Die Blockadehaltung der Europäischen Volkspartei (EVP) und deren aktive Zusammenarbeit mit rechtskonservativen Kräften konnten den breiten europäischen Konsens für mehr Klima- und Naturschutz nicht brechen. Das ist eine gute Nachricht für unsere Demokratie und die Natur in Europa.“
Zur Abstimmung über das Nature Restoration Law im Plenum des Europäischen Parlaments erklären Jan-Niclas Gesenhues, umweltpolitischer Sprecher (Grüne), und Michael Sacher, Obmann im Ausschuss für die Angelegenheiten der Europäischen Union (Grüne):
Mit dem Nature Restoration Law macht die EU einen gewaltigen Schritt hin zu mehr Natur- und Klimaschutz. Wir begrüßen ausdrücklich, dass der Weg für dieses umweltpolitische Herzstück des Green Deals freigemacht wurde. Damit kommen wir dem Ziel, Europa bis 2050 zum ersten klimaneutralen Kontinent zu machen, entscheidend näher. Denn intakte Flüsse, Moore und Wälder helfen uns im Kampf gegen die Klimakrise und bieten wertvolle Lebensräume für gefährdete Arten. Gleichzeitig zeigt sich gerade im Sommer, wie wichtig diese Ökosysteme in Zeiten von Wasserknappheit und Hitzerekorden sind.

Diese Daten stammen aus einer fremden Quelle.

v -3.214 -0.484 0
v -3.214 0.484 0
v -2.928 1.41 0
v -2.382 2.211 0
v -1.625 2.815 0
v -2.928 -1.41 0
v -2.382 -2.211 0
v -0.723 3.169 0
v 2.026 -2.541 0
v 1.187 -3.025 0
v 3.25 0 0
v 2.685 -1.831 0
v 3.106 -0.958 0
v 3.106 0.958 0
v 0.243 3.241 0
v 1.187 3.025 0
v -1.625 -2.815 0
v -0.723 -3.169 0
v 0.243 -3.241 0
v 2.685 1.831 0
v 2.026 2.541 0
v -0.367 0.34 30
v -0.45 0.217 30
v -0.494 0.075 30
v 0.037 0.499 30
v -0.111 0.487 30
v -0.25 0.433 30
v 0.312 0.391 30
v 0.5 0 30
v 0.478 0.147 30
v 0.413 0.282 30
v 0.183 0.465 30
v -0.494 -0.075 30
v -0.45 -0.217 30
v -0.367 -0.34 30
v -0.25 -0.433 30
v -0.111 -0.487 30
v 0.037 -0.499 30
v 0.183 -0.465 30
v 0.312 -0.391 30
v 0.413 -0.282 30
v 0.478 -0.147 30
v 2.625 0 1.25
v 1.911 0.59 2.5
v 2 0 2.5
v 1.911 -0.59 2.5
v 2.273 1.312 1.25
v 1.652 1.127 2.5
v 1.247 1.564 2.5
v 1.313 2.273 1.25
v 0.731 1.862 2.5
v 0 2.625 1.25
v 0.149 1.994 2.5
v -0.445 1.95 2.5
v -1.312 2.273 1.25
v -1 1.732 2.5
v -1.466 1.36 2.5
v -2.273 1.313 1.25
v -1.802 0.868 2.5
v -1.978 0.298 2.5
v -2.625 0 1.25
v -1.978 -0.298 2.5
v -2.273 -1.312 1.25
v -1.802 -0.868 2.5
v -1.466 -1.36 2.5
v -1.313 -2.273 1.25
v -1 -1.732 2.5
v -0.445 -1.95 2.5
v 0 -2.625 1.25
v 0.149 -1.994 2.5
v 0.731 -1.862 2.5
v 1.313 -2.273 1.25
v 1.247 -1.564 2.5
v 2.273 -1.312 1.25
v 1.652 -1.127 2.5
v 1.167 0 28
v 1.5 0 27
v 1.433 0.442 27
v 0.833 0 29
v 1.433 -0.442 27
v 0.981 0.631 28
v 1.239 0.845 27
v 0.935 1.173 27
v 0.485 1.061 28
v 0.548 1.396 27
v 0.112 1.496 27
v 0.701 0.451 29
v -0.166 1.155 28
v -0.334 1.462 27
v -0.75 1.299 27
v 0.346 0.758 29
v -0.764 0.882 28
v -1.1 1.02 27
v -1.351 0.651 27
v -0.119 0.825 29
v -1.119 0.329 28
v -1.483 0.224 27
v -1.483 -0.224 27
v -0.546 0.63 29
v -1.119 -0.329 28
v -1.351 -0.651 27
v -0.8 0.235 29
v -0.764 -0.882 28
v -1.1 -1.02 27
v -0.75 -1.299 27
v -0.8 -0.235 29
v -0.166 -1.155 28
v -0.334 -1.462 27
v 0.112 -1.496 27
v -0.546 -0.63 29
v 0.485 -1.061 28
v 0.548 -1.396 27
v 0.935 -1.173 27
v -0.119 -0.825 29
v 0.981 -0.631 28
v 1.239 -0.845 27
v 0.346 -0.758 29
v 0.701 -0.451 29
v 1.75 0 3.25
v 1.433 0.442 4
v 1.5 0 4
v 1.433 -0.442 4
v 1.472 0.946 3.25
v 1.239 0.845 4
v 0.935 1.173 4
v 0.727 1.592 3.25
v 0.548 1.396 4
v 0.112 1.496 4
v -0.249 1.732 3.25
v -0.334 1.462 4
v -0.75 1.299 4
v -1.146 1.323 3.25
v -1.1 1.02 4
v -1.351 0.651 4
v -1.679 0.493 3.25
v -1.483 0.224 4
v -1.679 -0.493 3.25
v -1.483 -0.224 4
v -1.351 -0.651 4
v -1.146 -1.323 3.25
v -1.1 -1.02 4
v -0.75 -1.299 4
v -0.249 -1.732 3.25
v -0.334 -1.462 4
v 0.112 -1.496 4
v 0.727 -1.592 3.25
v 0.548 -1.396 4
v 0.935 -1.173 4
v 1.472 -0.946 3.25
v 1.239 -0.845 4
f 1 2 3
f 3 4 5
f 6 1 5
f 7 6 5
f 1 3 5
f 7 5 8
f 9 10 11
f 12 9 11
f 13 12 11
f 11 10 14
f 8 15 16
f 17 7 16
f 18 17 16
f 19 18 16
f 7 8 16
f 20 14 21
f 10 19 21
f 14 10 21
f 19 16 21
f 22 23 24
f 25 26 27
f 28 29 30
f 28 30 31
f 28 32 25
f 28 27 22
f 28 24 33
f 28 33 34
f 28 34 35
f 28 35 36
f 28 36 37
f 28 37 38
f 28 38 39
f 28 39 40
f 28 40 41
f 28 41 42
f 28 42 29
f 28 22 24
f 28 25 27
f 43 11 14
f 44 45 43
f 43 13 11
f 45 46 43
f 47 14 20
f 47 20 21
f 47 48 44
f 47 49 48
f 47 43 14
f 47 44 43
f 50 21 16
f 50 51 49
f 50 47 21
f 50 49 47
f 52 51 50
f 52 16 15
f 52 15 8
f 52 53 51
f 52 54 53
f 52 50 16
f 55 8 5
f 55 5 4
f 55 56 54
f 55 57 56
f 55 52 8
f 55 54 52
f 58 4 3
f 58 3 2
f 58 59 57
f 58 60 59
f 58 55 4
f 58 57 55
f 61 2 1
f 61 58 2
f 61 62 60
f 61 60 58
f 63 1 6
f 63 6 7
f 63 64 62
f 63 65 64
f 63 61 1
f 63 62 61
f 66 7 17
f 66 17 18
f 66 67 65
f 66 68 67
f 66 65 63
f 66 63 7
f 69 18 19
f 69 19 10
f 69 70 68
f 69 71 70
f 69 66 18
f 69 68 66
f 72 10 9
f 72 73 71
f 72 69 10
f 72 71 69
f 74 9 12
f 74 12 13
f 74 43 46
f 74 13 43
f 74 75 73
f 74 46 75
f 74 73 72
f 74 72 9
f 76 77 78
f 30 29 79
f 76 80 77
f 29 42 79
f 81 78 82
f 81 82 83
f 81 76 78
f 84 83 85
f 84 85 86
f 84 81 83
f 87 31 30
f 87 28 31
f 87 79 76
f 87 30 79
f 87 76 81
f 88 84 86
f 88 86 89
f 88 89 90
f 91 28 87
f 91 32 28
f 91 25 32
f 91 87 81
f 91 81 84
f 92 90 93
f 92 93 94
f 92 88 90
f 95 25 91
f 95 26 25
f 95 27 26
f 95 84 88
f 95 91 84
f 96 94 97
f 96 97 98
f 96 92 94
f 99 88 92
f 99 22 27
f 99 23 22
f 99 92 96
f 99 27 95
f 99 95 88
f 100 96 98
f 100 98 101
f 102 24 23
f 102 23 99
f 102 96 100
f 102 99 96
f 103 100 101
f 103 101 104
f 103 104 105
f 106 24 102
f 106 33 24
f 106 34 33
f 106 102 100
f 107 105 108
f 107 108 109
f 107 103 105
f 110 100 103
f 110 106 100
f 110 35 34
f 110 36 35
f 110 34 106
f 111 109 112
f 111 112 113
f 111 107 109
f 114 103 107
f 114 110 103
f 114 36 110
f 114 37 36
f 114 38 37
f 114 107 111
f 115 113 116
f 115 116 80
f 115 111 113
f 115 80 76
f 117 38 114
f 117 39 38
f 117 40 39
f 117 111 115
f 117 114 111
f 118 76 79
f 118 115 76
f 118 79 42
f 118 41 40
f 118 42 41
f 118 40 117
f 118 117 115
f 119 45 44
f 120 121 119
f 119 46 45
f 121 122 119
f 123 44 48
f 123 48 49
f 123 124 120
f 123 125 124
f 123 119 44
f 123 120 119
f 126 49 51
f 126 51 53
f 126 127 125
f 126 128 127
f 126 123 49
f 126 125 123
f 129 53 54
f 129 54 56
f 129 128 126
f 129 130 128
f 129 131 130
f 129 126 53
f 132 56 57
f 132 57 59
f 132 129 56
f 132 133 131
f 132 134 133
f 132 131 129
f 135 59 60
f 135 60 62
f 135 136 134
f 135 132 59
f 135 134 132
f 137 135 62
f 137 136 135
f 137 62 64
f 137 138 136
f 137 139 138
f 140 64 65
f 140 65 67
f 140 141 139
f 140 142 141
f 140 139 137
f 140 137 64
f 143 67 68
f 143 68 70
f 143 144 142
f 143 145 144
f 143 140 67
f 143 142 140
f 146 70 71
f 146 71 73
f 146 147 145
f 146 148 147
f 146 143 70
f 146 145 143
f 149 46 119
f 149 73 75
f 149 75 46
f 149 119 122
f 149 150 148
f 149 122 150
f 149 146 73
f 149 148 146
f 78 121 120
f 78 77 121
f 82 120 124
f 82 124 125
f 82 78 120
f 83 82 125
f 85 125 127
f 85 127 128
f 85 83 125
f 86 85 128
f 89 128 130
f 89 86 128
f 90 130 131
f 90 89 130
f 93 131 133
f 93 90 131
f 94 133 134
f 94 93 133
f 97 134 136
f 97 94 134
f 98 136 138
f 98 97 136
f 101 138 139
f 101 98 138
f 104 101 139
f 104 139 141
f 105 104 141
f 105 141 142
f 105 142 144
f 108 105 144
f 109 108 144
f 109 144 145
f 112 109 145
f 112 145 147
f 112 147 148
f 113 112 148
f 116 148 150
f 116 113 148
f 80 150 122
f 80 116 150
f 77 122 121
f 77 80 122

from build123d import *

# Parameters (mm, degrees)
SKETCH001_R = 2
SKETCH002_R = 1.5
SKETCH003_R = 1.5
SKETCH004_R = 0.5
SKETCH_R    = 3.25


with BuildPart() as loft001:
    # Sketch001 → Loft001 section 0
    with BuildSketch(Plane.XY.offset(2.5)):
        Circle(SKETCH001_R)
    # Sketch002 → Loft001 section 1
    with BuildSketch(Plane.XY.offset(4)):
        Circle(SKETCH002_R)
    loft()


with BuildPart() as loft002:
    # Sketch002 → Loft002 section 0
    with BuildSketch(Plane.XY.offset(4)):
        Circle(SKETCH002_R)
    # Sketch003 → Loft002 section 1
    with BuildSketch(Plane.XY.offset(27)):
        Circle(SKETCH003_R)
    loft()


with BuildPart() as loft003:
    # Sketch003 → Loft003 section 0
    with BuildSketch(Plane.XY.offset(27)):
        Circle(SKETCH003_R)
    # Sketch004 → Loft003 section 1
    with BuildSketch(Plane.XY.offset(30)):
        Circle(SKETCH004_R)
    loft()


with BuildPart() as fusion:
    # Sketch → Loft section 0
    with BuildSketch(Plane.XY):
        Circle(SKETCH_R)
    # Sketch001 → Loft section 1
    with BuildSketch(Plane.XY.offset(2.5)):
        Circle(SKETCH001_R)
    loft()

    # Fusion: union Loft001, Loft002, Loft003
    add(loft001.part)
    add(loft002.part)
    add(loft003.part)


solid = fusion.part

Gut auch, dass der unsägliche Abwehrkampf der europäischen Konservativen gegen das Wiederherstellungsgesetz gescheitert ist. Die Europäische Volkspartei war sich nicht zu schade dafür, mit Rechtsextremen zusammenarbeiten, um den Klima- und Umweltschutz auszubremsen. Aber auch diese schäbige Kampagne konnte die heutige Einigung nicht verhindern. Gut, dass der billige Populismus gegen die eigene Kommissionspräsidentin am Ende erfolglos blieb.
Bereits in den letzten Wochen und Monaten hatten sich zahlreiche Stimmen aus Wirtschaft und Wissenschaft in offenen Briefen für das Nature Restoration Law ausgesprochen. Auch die Zivilgesellschaft setzte sich engagiert für die Verabschiedung ein. Nun müssen die Mitgliedstaaten den gesetzlichen Rahmen für Renaturierungsmaßnahmen schaffen. In Deutschland haben wir mit dem Aktionsprogramm Natürlicher Klimaschutz bereits den ersten wichtigen Schritt gemacht.